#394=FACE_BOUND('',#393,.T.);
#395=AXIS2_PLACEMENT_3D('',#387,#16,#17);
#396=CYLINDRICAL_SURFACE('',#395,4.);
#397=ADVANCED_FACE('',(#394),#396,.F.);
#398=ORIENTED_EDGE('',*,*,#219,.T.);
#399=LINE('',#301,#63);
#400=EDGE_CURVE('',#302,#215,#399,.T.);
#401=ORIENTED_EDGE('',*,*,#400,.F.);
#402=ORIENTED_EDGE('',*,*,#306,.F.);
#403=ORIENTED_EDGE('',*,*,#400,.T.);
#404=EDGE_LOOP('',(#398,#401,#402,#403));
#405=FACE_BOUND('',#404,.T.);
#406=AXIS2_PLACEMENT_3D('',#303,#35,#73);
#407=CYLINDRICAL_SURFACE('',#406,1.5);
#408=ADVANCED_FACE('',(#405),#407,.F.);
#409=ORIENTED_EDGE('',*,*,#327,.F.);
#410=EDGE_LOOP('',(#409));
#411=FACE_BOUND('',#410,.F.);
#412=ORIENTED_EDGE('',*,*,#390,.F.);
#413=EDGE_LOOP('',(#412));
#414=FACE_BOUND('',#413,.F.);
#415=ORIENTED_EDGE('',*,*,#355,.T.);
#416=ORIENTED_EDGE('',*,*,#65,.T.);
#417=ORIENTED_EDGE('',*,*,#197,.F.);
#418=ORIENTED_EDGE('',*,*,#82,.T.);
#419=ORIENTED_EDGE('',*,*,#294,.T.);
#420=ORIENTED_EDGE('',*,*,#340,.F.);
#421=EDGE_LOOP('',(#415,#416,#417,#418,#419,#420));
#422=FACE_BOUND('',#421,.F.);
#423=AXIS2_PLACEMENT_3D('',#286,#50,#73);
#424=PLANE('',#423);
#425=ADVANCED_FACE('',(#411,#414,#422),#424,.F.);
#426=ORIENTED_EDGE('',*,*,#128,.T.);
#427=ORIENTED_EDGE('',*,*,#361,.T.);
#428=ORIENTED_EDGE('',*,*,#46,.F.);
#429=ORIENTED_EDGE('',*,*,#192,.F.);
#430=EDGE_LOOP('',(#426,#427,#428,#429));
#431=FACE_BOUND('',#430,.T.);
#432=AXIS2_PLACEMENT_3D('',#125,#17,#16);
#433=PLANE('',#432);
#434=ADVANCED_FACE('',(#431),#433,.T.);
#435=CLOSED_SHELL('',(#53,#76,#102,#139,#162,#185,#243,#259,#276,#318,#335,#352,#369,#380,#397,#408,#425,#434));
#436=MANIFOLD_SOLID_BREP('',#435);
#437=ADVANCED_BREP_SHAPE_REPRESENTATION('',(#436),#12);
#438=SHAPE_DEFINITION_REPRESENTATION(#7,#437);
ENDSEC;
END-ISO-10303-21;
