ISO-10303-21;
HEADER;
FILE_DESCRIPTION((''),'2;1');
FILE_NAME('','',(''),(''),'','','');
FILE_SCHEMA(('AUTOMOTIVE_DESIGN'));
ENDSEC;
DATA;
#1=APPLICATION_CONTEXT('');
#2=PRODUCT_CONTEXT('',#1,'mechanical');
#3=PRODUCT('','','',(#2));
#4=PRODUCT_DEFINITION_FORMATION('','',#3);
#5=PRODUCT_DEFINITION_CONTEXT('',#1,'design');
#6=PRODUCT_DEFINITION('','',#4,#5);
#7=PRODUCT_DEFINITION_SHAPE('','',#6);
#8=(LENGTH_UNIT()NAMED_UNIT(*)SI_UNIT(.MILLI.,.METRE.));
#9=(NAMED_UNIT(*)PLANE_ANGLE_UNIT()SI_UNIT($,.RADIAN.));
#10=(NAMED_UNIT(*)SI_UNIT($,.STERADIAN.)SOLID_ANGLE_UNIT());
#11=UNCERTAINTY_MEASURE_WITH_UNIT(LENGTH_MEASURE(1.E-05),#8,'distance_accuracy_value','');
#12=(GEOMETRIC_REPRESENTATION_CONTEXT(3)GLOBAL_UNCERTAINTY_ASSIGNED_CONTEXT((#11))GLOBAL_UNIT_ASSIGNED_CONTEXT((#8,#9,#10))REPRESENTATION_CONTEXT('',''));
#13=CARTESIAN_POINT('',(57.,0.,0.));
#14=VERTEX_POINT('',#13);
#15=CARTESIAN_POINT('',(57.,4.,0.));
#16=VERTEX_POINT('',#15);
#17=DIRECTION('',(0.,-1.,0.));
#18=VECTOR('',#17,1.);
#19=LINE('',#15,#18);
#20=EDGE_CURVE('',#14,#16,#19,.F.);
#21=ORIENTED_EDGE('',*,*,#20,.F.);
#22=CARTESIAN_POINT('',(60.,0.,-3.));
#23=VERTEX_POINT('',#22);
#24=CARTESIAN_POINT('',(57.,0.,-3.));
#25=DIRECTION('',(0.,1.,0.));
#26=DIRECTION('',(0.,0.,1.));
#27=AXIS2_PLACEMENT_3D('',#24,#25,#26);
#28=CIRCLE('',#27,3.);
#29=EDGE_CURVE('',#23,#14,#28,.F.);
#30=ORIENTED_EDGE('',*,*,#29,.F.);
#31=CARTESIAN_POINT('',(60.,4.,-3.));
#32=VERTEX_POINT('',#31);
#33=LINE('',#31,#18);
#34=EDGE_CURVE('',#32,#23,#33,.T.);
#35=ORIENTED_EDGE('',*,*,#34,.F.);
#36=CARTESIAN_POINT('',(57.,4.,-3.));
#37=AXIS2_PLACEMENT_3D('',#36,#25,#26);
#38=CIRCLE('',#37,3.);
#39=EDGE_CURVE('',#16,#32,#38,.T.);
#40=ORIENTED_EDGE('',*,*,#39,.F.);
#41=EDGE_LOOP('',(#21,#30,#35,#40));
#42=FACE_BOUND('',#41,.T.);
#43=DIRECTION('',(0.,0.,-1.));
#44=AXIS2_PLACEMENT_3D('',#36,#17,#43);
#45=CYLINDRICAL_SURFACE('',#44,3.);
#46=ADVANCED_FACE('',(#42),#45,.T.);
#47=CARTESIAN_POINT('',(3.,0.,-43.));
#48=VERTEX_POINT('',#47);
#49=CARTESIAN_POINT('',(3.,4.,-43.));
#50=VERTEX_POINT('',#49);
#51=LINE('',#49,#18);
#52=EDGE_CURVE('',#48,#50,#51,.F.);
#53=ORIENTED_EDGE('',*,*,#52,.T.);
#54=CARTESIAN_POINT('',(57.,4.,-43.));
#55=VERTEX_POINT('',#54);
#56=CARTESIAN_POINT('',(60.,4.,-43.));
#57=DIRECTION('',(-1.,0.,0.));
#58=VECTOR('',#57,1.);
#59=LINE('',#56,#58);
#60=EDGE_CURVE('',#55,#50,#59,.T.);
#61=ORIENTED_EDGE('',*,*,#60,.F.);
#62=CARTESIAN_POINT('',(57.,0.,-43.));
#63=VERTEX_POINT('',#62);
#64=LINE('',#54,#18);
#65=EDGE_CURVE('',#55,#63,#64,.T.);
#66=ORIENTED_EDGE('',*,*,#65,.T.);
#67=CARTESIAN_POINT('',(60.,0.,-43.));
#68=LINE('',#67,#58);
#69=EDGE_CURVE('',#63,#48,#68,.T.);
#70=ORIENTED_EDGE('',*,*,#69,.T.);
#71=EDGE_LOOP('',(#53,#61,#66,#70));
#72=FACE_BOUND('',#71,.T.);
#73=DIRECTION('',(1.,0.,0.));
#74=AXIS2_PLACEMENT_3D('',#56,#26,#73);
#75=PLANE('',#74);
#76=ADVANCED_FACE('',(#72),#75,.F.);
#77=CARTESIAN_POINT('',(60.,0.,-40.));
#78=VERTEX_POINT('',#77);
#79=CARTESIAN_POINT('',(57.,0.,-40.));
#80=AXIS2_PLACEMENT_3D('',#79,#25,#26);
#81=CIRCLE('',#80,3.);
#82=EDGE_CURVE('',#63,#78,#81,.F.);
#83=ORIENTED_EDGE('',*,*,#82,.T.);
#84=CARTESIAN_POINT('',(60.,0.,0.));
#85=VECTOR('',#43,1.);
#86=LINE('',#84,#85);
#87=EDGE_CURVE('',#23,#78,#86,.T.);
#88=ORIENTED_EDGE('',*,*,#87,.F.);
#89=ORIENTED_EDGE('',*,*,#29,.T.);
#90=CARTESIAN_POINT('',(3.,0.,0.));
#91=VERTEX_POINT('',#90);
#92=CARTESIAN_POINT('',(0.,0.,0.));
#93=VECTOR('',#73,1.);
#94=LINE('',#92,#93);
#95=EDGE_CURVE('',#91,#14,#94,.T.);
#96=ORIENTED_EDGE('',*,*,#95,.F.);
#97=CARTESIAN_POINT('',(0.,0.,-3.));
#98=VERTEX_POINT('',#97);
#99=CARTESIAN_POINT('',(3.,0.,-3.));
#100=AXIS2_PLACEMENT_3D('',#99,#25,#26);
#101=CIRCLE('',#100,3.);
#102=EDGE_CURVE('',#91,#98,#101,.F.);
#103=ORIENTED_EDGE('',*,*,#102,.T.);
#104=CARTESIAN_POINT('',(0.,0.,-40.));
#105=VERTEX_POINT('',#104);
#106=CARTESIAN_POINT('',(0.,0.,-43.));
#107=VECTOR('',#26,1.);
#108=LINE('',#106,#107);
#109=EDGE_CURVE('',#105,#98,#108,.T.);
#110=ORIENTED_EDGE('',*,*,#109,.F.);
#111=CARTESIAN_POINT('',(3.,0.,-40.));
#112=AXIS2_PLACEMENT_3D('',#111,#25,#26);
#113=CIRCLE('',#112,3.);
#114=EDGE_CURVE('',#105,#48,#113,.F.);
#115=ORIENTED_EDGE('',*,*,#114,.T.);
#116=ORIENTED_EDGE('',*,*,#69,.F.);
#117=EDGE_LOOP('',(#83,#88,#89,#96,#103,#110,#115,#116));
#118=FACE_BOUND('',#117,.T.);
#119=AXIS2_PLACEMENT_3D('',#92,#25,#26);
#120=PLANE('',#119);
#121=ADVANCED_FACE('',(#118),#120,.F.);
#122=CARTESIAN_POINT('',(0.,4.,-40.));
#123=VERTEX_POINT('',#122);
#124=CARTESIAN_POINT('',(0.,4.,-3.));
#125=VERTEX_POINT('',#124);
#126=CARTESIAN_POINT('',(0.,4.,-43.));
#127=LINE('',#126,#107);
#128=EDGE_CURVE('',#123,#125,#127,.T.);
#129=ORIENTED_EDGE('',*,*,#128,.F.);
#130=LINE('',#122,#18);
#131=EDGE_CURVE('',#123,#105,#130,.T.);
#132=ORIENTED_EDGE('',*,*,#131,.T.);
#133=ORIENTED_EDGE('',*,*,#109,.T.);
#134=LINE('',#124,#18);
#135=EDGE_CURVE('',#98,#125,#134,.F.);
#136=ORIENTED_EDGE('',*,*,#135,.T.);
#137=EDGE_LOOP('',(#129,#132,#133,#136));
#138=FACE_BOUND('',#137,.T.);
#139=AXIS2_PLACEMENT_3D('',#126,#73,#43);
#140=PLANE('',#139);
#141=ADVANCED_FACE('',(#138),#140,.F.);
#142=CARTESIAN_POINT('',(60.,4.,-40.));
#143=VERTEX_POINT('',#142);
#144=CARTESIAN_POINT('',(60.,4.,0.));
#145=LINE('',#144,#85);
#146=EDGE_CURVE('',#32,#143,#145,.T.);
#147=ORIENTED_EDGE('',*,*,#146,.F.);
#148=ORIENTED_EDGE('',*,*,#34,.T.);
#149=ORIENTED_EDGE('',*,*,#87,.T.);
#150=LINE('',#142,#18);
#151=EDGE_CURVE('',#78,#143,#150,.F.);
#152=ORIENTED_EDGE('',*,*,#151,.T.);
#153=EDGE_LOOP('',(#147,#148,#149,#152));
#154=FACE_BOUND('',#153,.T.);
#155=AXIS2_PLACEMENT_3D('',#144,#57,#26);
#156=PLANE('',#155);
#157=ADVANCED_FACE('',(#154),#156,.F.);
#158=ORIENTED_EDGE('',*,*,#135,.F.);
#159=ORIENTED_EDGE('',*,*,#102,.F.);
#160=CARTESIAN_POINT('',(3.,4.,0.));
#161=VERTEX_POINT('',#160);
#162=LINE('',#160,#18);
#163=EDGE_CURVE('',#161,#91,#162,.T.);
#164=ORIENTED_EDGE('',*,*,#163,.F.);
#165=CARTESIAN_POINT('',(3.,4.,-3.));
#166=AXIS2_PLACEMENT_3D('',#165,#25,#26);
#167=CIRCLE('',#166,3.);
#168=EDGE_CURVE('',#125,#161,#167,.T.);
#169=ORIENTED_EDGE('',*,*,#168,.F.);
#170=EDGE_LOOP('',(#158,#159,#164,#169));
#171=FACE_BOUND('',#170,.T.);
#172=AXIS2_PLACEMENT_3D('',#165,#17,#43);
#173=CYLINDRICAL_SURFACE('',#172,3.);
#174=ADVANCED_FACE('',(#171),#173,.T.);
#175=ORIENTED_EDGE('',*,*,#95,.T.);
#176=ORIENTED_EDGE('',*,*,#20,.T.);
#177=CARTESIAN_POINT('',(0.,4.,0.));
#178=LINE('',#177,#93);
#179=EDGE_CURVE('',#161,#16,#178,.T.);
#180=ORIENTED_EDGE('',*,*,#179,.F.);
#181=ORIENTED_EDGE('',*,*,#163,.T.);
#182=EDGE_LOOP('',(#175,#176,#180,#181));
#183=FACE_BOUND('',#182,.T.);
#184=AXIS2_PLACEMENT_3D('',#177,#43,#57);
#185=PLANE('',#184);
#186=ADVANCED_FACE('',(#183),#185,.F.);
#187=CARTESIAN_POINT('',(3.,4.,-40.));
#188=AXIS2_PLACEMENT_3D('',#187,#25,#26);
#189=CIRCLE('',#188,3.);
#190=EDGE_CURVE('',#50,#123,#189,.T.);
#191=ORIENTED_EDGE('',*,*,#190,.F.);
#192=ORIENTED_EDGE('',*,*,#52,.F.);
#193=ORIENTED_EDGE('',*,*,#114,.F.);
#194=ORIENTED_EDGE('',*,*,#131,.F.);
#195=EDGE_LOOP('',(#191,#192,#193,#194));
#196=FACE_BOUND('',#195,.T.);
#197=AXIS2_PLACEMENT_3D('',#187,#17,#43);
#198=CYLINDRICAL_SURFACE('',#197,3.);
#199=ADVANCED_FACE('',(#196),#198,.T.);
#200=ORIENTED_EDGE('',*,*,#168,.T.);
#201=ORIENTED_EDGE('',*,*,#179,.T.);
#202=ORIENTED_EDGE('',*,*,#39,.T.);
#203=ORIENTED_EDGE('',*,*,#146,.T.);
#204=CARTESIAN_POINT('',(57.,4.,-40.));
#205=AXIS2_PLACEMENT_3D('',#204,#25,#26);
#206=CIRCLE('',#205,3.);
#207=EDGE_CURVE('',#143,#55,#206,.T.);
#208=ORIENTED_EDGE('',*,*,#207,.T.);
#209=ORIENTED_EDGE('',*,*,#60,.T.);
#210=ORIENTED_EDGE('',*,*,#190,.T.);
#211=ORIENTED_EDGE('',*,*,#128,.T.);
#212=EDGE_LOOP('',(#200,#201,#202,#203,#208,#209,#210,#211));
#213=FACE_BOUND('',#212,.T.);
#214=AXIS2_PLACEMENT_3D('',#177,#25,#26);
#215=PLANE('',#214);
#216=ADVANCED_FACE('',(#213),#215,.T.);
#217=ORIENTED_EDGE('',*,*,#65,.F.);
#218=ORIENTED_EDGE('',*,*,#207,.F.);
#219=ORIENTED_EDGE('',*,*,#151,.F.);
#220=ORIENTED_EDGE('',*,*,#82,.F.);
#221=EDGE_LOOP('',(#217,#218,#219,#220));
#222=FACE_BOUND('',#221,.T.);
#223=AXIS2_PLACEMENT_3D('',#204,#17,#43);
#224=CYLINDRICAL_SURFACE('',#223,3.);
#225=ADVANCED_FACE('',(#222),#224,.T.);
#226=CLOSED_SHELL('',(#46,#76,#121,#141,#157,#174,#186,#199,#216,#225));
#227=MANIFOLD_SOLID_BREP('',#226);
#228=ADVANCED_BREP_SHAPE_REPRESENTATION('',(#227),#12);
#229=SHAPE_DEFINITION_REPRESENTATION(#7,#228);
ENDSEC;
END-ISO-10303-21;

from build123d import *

# Parameters (mm, degrees)
SKETCH_1_W      = 60
SKETCH_1_H      = 43
EXTRUDE_1_DEPTH = 4
FILLET_1_R      = 3


with BuildPart() as part:
    # ｽｹｯﾁ1 → ﾎﾞｽ - 押し出し1 (new body)
    with BuildSketch(Plane(origin=(0, 0, 0), x_dir=(1, 0, 0), z_dir=(0, 1, 0))):
        with Locations((30, 21.5)):
            Rectangle(SKETCH_1_W, SKETCH_1_H)
    extrude(amount=EXTRUDE_1_DEPTH)

    # ﾌｨﾚｯﾄ1
    fillet_1_edges = [part.edges().sort_by_distance(p)[0] for p in [
        (0, 2, -43),
        (60, 2, -43),
        (60, 2, 0),
        (0, 2, 0),
    ]]
    fillet(fillet_1_edges, radius=FILLET_1_R)


solid = part.part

---*---

Of the entries above, repeat exactly the lines between the line with "#58=VECTOR('',#57,1.);" and the line with "#80=AXIS2_PLACEMENT_3D('',#79,#25,#26);", inclusive, and no others.

#58=VECTOR('',#57,1.);
#59=LINE('',#56,#58);
#60=EDGE_CURVE('',#55,#50,#59,.T.);
#61=ORIENTED_EDGE('',*,*,#60,.F.);
#62=CARTESIAN_POINT('',(57.,0.,-43.));
#63=VERTEX_POINT('',#62);
#64=LINE('',#54,#18);
#65=EDGE_CURVE('',#55,#63,#64,.T.);
#66=ORIENTED_EDGE('',*,*,#65,.T.);
#67=CARTESIAN_POINT('',(60.,0.,-43.));
#68=LINE('',#67,#58);
#69=EDGE_CURVE('',#63,#48,#68,.T.);
#70=ORIENTED_EDGE('',*,*,#69,.T.);
#71=EDGE_LOOP('',(#53,#61,#66,#70));
#72=FACE_BOUND('',#71,.T.);
#73=DIRECTION('',(1.,0.,0.));
#74=AXIS2_PLACEMENT_3D('',#56,#26,#73);
#75=PLANE('',#74);
#76=ADVANCED_FACE('',(#72),#75,.F.);
#77=CARTESIAN_POINT('',(60.,0.,-40.));
#78=VERTEX_POINT('',#77);
#79=CARTESIAN_POINT('',(57.,0.,-40.));
#80=AXIS2_PLACEMENT_3D('',#79,#25,#26);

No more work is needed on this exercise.